Он усмехнулся и снова пошел по коридору. Глубоко порядочный двинулся вслед за ним.

– Поймите меня правильно… Я не мог не выступить. Это был тактический шаг. Своим выступлением я хотел заставить Воронцову выйти на трибуну и признать свои ошибки. Ее упорство подводит весь коллектив… Неужели это так трудно? Мы ведь все это делаем, а у нас семьи, дети…

– К вашему сведению, я – холостяк, – ответил Глубоко равнодушный и повернул к столовой.

У столовой они предъявили пропуска (столовая имела только первую степень секретности, поэтому паспорт тут не требовали) и подсели к столику, за которым уже сидели двое мужчин – Глубоко перепуганный и Циник. На столе стояли пустые бутылки от пива и высилась большая, похожая на модель террикона, горка шелухи от раков.

– Присаживайтесь, господа! – громко сказал Циник, показывая на свободные стулья, – последний анекдот слышали?

Циник был веселым человеком, гурманом и страстным любителем анекдотов, которые он записывал в клеенчатую тетрадь, тщательно пронумеровывал, классифицировал и даже зашифровывал, если они носили явно политический характер.

Глубоко перепуганный дернулся и стал суетливо застегивать портфель.

– Я пойду…

– Ну, чего испугались?.. Анекдот с клубничкой, а за это пока не сажают. – Циник смачно захохотал. – Тоже не выдержали? – обратился он к подошедшим – Забавно все-таки… Этот болван директор несет какую-то жеребятину и все аплодируют… Маразм!

– А вы… Вы разве не аплодировали? – спросил Глубоко перепуганный, и нижняя губа у него чуть-чуть дернулась.

– Аплодировал! – весело ответил Циник. – Я всегда аплодирую, а про себя думаю: "Ах ты, сукин сын, дурак такой!.." – и он снова с удовольствием захохотал.

– Какое это имеет значение, аплодировали вы или не аплодировали? – заметил Глубоко равнодушный и глубоко затянулся дымом. – Что от этого изменится?

– Вы все-таки не очень орите!..

Глубоко перепуганный жестом указал на сидящего за угловым столиком человека, который с аппетитом уплетал пахучий флотский борщ.

Но Циник развеселился еще пуще прежнего:

– Да вы что?! Это же Василий!
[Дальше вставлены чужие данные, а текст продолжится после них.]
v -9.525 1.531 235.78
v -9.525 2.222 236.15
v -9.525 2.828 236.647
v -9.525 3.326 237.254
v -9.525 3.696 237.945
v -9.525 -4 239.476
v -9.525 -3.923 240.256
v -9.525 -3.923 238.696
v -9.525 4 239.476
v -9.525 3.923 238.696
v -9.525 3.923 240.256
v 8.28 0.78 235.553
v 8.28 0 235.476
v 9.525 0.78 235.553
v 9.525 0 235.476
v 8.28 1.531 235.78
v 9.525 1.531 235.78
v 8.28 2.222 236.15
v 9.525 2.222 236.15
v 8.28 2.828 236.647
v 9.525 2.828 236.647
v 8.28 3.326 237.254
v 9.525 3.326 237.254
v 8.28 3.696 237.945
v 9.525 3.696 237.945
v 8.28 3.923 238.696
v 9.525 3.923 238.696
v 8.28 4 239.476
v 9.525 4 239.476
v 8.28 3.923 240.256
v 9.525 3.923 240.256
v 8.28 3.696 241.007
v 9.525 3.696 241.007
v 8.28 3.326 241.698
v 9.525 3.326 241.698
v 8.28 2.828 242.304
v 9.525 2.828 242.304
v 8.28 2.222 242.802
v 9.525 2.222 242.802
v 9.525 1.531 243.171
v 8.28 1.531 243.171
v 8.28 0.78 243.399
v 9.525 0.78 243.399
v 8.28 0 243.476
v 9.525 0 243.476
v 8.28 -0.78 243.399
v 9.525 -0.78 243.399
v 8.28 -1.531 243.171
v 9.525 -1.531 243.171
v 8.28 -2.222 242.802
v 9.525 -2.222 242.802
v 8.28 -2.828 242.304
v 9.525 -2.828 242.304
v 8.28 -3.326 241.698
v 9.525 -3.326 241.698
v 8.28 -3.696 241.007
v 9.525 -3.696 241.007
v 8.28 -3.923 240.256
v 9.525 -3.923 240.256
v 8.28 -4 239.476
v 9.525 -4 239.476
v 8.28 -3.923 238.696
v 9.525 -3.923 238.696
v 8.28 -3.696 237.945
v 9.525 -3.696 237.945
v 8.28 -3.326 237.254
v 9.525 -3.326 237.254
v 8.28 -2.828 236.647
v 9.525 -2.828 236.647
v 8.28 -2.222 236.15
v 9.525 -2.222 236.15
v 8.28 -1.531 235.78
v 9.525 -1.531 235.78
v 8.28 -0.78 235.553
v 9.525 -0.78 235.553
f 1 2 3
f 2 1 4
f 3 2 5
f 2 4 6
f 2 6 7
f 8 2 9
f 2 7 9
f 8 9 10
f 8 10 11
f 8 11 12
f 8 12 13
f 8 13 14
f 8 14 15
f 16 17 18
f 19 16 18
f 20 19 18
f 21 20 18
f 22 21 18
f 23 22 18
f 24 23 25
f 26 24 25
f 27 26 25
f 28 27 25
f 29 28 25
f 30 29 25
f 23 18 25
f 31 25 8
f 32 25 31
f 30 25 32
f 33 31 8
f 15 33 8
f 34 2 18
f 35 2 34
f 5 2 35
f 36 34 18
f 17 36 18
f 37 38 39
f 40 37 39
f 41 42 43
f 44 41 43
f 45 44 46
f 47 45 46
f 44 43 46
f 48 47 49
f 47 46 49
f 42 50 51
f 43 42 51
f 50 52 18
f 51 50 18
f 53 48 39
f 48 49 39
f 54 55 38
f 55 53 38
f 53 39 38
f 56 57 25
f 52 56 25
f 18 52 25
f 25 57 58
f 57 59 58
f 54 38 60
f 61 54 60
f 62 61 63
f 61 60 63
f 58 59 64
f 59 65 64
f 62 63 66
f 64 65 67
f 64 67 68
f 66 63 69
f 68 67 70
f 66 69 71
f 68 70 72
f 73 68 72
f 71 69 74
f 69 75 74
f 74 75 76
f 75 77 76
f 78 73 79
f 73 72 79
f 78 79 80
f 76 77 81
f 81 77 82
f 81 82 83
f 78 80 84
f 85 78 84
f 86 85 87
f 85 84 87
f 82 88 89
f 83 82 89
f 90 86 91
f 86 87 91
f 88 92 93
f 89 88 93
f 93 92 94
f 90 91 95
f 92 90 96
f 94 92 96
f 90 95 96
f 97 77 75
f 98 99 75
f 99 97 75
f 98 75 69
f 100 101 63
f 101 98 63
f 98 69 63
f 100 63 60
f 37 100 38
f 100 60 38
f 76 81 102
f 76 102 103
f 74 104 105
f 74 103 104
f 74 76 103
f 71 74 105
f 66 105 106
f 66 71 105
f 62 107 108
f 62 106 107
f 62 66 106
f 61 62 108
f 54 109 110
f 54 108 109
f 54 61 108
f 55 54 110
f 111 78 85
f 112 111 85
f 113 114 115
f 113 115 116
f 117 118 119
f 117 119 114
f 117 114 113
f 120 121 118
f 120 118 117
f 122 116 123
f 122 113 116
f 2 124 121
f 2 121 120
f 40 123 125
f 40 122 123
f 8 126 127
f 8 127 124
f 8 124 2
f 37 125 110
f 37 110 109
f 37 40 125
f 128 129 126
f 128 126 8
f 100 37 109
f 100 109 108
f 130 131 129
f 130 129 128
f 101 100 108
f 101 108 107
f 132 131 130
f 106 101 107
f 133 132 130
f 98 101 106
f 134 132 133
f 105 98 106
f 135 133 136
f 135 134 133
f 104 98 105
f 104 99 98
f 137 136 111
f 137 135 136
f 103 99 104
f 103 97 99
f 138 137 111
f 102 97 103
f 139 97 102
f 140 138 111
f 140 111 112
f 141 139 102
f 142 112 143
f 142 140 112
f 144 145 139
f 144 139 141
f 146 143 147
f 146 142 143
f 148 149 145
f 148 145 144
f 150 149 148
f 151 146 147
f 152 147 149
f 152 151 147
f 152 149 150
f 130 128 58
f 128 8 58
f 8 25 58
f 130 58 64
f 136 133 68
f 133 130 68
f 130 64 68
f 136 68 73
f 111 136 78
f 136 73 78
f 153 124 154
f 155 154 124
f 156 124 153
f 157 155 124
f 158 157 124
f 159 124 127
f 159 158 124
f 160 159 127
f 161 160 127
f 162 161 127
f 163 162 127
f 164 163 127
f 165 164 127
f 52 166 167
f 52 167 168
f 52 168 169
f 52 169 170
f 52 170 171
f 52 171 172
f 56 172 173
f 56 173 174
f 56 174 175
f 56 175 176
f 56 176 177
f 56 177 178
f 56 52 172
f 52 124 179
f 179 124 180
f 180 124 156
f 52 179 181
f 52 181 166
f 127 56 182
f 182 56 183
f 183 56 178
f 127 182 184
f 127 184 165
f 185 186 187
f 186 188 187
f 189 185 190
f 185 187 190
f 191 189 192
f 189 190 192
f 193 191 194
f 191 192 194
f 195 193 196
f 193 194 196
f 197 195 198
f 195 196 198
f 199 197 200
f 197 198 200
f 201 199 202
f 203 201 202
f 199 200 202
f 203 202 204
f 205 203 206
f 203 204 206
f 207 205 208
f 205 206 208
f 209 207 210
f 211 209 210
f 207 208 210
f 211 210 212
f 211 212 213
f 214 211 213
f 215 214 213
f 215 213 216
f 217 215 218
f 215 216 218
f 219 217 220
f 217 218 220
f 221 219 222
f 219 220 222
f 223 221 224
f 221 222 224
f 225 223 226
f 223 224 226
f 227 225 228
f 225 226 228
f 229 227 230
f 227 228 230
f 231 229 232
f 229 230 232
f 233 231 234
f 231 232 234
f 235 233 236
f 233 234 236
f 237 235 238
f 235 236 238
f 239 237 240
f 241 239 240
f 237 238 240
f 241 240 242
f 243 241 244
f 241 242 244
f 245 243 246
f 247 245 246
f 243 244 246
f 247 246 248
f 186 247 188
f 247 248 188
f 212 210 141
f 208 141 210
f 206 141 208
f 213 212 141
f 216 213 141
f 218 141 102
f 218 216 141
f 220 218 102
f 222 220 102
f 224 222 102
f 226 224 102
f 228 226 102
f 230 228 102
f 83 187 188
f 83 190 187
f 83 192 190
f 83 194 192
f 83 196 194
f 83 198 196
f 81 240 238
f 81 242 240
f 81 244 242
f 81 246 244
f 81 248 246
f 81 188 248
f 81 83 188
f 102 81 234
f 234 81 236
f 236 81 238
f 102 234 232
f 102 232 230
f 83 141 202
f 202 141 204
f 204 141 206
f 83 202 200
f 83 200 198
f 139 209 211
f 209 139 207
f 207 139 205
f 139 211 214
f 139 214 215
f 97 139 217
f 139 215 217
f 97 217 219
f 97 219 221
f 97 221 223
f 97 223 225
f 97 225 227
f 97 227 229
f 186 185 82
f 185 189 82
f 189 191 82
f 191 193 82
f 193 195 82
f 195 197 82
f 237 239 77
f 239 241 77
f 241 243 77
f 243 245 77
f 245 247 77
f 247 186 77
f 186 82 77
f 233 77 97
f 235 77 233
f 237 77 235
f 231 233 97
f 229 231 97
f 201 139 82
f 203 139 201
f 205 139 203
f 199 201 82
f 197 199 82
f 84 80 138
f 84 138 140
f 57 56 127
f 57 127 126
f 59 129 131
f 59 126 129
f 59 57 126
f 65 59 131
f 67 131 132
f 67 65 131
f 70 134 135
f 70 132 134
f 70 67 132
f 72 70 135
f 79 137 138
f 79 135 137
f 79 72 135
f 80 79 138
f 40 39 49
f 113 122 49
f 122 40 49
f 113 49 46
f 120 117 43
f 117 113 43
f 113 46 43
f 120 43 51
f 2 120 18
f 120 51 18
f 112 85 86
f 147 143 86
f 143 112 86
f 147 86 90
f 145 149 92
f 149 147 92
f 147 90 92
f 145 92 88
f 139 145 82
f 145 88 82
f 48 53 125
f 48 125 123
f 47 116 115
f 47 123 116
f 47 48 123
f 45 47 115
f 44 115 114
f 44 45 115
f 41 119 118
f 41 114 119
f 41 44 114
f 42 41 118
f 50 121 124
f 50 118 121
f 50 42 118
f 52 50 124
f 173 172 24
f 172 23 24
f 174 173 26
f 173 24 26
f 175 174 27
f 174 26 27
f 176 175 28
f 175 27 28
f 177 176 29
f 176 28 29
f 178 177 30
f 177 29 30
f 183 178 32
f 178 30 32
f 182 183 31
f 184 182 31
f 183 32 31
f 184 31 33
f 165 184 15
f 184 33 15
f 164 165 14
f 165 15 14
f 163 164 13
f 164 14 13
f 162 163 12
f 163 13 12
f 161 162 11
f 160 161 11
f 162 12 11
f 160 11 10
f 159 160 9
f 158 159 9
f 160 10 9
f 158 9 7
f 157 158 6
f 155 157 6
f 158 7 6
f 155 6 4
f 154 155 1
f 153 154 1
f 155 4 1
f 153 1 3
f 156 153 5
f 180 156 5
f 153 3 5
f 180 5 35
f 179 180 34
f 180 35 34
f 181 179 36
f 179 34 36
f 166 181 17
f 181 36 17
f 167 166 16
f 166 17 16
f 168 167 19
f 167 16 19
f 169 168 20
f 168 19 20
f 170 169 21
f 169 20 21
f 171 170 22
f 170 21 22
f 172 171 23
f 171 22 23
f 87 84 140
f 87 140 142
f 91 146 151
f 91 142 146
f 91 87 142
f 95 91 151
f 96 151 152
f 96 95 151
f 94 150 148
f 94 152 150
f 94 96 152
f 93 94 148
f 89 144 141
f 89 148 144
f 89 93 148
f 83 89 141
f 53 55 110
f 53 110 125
Директорский водитель. Могила! Самый верный человек в институте… – И, обращаясь к Глубоко порядочному, он спросил: – Ну как вам нравится эта проработка Воронцовой?

Глубоко порядочный, который старался видеть в людях прежде всего положительное начало, в особенности, если эти люди занимали руководящие должности, пожал плечами.

– Кстати, вы знаете, этот прохвост уже написал научную работу, – продолжал Циник.

– Вполне возможно, – заметил Глубоко равнодушный.

– В пятницу будем обсуждать на ученом совете. Кандидатскую захотел… Ай, подлец! Ай, Аракчеев!

– К сожалению, в пятницу я не смогу присутствовать, – небрежно заметил Глубоко перепуганный.

– Сможете! – твердо сказал Циник и, подмигнув остальным, объяснил: – Сначала побоитесь прийти, а потом побоитесь не прийти. Вас ждет, между прочим, истинное наслаждение: безграмотно, антинаучно, тупо!.. Ай, сукин сын! Ай, демагог!.. Я уж и рецензию написал.

– И что же вы… поругали? – спросил Глубоко перепуганный, заикаясь и подергиваясь.

– Похвалил! – бодро ответил Циник и опять захохотал. – А, если бы не я, так другой… Маразм…

И лукаво поглядывая на остальных, подмигивая и содрогаясь от смеха, он стал разливать пиво.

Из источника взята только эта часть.